Jansen’s otherworldly two-hour journeys could count as mini-holidays as well. Treatments are customized and often incorporate massage, cupping and a post-treatment salt soak amid jasmine and lemon balm in the outdoor garden. Finding and releasing energetic blocks is a key focus. “We’re vibrational beings, and I can feel when a body is vibrating in an off way, so I’ll use different techniques to subtly shift it back to a place of balance,” says Jansen. A few of her mystical tools: handcrafted herbal- and crystal-infused skincare, alchemy bowls and a monochord tuned to the key of A. “It creates a soft vibration that helps with emotional release and relates to the third eye chakra.”

“It’s a sign that people want it.
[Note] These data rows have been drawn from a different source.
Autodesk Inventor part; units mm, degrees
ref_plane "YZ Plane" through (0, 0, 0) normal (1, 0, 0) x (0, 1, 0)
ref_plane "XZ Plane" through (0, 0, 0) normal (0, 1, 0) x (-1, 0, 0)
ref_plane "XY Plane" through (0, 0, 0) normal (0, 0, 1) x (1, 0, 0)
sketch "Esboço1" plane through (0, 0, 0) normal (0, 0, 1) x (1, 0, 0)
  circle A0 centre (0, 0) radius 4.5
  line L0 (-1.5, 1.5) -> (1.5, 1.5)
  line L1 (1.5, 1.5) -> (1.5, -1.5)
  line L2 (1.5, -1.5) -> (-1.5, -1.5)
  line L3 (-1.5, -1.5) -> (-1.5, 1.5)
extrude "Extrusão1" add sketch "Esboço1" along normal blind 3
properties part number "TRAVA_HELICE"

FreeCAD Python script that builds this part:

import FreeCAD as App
import Part
import Sketcher

V = App.Vector
Q = App.Units.Quantity

doc = App.newDocument("Part")
body = doc.addObject("PartDesign::Body", "Body")

sketch1 = doc.addObject("Sketcher::SketchObject", "Sketch")
body.addObject(sketch1)
sketch1.AttachmentSupport = (doc.XY_Plane, [""])
sketch1.MapMode = "FlatFace"
sketch1.addGeometry(Part.Circle(V(0, 0, 0), V(0, 0, 1), 4.5), False)
sketch1.addGeometry(Part.LineSegment(V(-1.5, -1.5, 0), V(-1.5, 1.5, 0)), False)
sketch1.addGeometry(Part.LineSegment(V(-1.5, 1.5, 0), V(1.5, 1.5, 0)), False)
sketch1.addGeometry(Part.LineSegment(V(1.5, 1.5, 0), V(1.5, -1.5, 0)), False)
sketch1.addGeometry(Part.LineSegment(V(1.5, -1.5, 0), V(-1.5, -1.5, 0)), False)
sketch1.addConstraint(Sketcher.Constraint("Coincident", 1, 2, 2, 1))
sketch1.addConstraint(Sketcher.Constraint("Coincident", 2, 2, 3, 1))
sketch1.addConstraint(Sketcher.Constraint("Coincident", 3, 2, 4, 1))
sketch1.addConstraint(Sketcher.Constraint("Coincident", 4, 2, 1, 1))
sketch1.addConstraint(Sketcher.Constraint("Vertical", 1))
sketch1.addConstraint(Sketcher.Constraint("Horizontal", 2))
sketch1.addConstraint(Sketcher.Constraint("Vertical", 3))
sketch1.addConstraint(Sketcher.Constraint("Horizontal", 4))
sketch1.addConstraint(Sketcher.Constraint("Coincident", 0, 3, -1, 1))
sketch1.addConstraint(Sketcher.Constraint("Symmetric", 1, 2, 3, 2, -1, 1))
sketch1.addConstraint(Sketcher.Constraint("Equal", 4, 1))
sketch1.addConstraint(Sketcher.Constraint("Diameter", 0, Q("9 mm")))
sketch1.addConstraint(Sketcher.Constraint("DistanceX", 2, 1, 2, 2, Q("3 mm")))
pad1 = doc.addObject("PartDesign::Pad", "Pad")
body.addObject(pad1)
pad1.Profile = sketch1
pad1.Length = 3

doc.recompute()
These things are going more mainstream because times are changing.”

If you’re skeptical about crystal healing, results may be in the eye of the beholder. “I can’t say that [using] crystals as an infusing agent will have any impact on the skin, but it’s not impossible,” says Dr. Robert Anolik, a Manhattan-based dermatologist. “The placebo effect could be playing a role. Or maybe there is something to it that no one has been able to demonstrate effect­ively yet.” Either way, such mind-body nurturing makes basic body wraps and facials feel, well, basic. Still, healing stones, shamans and 120-minute spa escapes? These can seem like a stretch in today’s world. But proponents say that’s precisely why they’re needed. The downside to so much digital connectivity can be a disconnection to the self. The Spa at the Mandarin Oriental recently instituted a Digital Wellness treatment using stones (shungite and black tourmaline) said to help protect the body from electromagnetic radiation. “It’s part of our global initiative to help guests manage their relationship to technology and the stress that can come with it,” says Virginia Lara, spa director at the Mandarin Oriental Boston.

One thing is certain: Crystals and the like are res­onating. Smudge sprays have turned up at Walmart. Free People stocks amethyst combs and blue sodalite face rollers. Neiman Marcus sells Girl Undiscovered crystal skincare. And spas in Snowmass (Viceroy), near Aspen, and Denver (Spa Vital) feature balancing treatments using Kailo Organic Chakra Therapy products. But will saturation dim the allure? Kritzer thinks not: “It’s a sign that people want it. These things are going more mainstream because times are changing.”